Bilal Müftüoğlu
10 Février 2017•Mise à jour: 10 Février 2017
AA - Paris - Bilal Muftuoglu
L'ordre libéral qui règne en Europe connaît sa pire crise depuis la fin de la Deuxième Guerre mondiale avec la hausse des mouvements populistes à tendance xénophobe, a averti, vendredi, le ministre turc de l'Union européenne (UE) Omer Celik.
S'exprimant devant les médias turcs depuis l'Ambassade de Turquie à Paris, Celik est revenu sur l'avenir du Vieux Continent, tout comme ses relations avec la Turquie et ses autres partenaires, dans une atmosphère politique de plus en plus fragilisée par la consolidation de l'extrême-droite.
L'avenir de l'Europe sera déterminé en 2017 par les élections en Allemagne, France et aux Pays-Bas, a tenu à rappeler le ministre turc, mettant en garde contre une éventuelle "dissolution" du projet européen en cas de l'arrivée de l'extrême-droite au pouvoir dans ces trois pays.

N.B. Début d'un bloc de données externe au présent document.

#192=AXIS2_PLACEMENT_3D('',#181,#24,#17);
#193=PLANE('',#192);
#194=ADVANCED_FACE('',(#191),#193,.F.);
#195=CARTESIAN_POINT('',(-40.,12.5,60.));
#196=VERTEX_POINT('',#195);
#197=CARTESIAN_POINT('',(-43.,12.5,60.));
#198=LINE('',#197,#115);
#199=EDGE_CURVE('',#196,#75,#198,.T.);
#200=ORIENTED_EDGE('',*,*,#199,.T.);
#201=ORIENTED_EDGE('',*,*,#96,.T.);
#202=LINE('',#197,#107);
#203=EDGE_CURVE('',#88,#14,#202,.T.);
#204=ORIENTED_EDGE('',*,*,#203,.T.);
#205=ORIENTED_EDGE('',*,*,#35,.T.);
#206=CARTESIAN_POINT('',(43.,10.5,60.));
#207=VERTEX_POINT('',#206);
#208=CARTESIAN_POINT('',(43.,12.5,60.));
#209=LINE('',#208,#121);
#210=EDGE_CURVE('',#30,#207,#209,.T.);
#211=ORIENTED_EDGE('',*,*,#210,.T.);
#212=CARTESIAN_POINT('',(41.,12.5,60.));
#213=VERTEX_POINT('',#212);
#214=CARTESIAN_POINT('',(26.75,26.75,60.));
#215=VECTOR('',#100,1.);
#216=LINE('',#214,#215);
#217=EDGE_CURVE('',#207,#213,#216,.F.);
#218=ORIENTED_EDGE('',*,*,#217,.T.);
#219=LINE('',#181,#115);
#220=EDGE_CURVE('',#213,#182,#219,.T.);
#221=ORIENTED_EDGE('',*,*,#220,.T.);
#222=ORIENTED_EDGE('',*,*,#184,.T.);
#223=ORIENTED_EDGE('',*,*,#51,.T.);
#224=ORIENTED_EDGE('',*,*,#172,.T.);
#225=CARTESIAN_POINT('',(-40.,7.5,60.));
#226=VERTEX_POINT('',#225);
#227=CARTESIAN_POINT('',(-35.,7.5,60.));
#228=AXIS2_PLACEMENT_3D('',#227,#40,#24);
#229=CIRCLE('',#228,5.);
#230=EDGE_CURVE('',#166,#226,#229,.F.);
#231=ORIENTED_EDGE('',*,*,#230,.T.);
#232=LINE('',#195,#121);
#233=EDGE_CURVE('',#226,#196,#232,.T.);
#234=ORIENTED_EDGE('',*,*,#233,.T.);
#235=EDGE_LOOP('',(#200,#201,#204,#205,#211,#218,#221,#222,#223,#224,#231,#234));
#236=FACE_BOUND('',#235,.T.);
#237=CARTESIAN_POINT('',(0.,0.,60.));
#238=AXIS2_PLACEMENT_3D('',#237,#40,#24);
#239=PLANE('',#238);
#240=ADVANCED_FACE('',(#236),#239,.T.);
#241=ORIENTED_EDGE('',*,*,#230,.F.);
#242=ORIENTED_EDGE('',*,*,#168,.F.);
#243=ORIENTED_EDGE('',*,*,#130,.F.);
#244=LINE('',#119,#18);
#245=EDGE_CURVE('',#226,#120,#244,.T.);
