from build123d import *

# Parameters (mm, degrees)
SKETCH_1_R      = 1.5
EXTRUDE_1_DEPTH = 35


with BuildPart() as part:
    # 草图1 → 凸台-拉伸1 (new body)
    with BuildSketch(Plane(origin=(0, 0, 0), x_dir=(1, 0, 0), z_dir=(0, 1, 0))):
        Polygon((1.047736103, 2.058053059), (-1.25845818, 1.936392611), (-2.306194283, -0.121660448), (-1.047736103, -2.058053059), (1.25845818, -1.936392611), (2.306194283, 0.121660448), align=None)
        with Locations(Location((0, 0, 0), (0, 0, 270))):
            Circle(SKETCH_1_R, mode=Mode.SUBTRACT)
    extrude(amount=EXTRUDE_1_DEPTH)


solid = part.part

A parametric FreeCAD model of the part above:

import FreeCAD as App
import Part
import Sketcher
Q = App.Units.Quantity


def add_polygon(sketch, points):
    """Adds a closed chain of lines whose ends are joined by coincident constraints."""
    first, n = sketch.GeometryCount, len(points)
    for a, b in zip(points, points[1:] + points[:1]):
        sketch.addGeometry(Part.LineSegment(App.Vector(*a, 0), App.Vector(*b, 0)), False)
    for i in range(n):
        sketch.addConstraint(Sketcher.Constraint("Coincident", first + i, 2, first + (i + 1) % n, 1))

doc = App.newDocument("Part")
params = doc.addObject("Spreadsheet::Sheet", "Params")
for row, (alias, value) in enumerate([
    ("sketch1_diameter", "3 mm"),
    ("pad1_length", "35 mm"),
], start=1):
    params.set(f"A{row}", alias)
    params.set(f"B{row}", "=" + value)
    params.setAlias(f"B{row}", alias)

body = doc.addObject("PartDesign::Body", "Body")

sketch1 = body.newObject("Sketcher::SketchObject", "Sketch")
sketch1.AttachmentSupport = (doc.getObject("XZ_Plane"), [""])
sketch1.MapMode = "FlatFace"
add_polygon(sketch1, [(1, -2.1), (-1.3, -1.9), (-2.3, 0.1), (-1, 2.1), (1.3, 1.9), (2.3, -0.1)])
sketch1.addGeometry(Part.Circle(App.Vector(0, 0, 0), App.Vector(0, 0, 1), 1.5), False)
sketch1.addConstraint([
    Sketcher.Constraint("Coincident", 6, 3, -1, 1),
    Sketcher.Constraint("Symmetric", 0, 2, 3, 2, -1, 1),
    Sketcher.Constraint("Symmetric", 1, 2, 4, 2, -1, 1),
    Sketcher.Constraint("Symmetric", 2, 2, 5, 2, -1, 1),
    Sketcher.Constraint("Equal", 0, 1),
    Sketcher.Constraint("Equal", 1, 2),
    Sketcher.Constraint("Diameter", 6, Q("3 mm")),
    Sketcher.Constraint("Distance", 0, Q("2.309401 mm")),
    Sketcher.Constraint("DistanceX", 0, 2, -1, 1, Q("1.258458 mm")),
    Sketcher.Constraint("DistanceY", -1, 1, 1, 2, Q("0.12166 mm")),
    Sketcher.Constraint("DistanceX", 1, 2, 2, 2, Q("1.258458 mm")),
])
sketch1.setExpression("Constraints[12]", "Params.sketch1_diameter")
pad1 = body.newObject("PartDesign::Pad", "Pad")
pad1.Profile = sketch1
pad1.setExpression("Length", "Params.pad1_length")
pad1.Reversed = True

doc.recompute()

Celik s'est montré critique à cet égard des réactions en Europe contre le président américain Donald Trump et ses décrets jugés xénophobes, comme celui interdisant l'entrée sur le sol américain des ressortissants de 7 pays à majorité musulmane pour 90 jours.
"L'Europe s'oppose au décret de Trump, pourtant un bon nombre des pays européens adoptent exactement la même politique à l'égard des migrants. Elle critique la politique protectionniste du président américain, mais elle se montre protectionniste à son tour vis-à-vis de la Turquie", a-t-il estimé.
Et le ministre de renchérir: "L'Europe est en train de construire de nouveaux murs de Berlin. Ces murs s'érigeaient initialement contre la Turquie et le monde musulman mais nous assistons actuellement à des barrières imposés au sein même des Etats membres de l'UE".
Celik s'en est pris, à cet effet, aux courants politiques traditionnels en Europe "qui n'ont pas su résister à la vague xénophobe et islamophobe déclenchée par l'extrême-droite".
L'atmosphère politique qui règne actuellement dans le Vieux Continent est "digne de l'entre-deux-guerres", a-t-il encore relevé, soutenant que c'est précisément ce genre de "chaos" que souhaite atteindre l'extrême-droite.
Face à un monde de plus en plus incertain, l'Europe devrait consolider son alliance et se doter des mécanismes plus flexibles, en ce qui concerne son élargissement ou encore sa politique de voisinage, a encore suggéré Celik.
Elle devrait ainsi revenir sur sa relation avec la Turquie qui "n'est plus tenable", a poursuivi le ministre, déplorant son "double visage" à l'égard de la Turquie. "L'Europe ne cesse de nous répéter que nous sommes des partenaires stratégiques, tout en nous critiquant derrière notre dos", a-t-il déploré.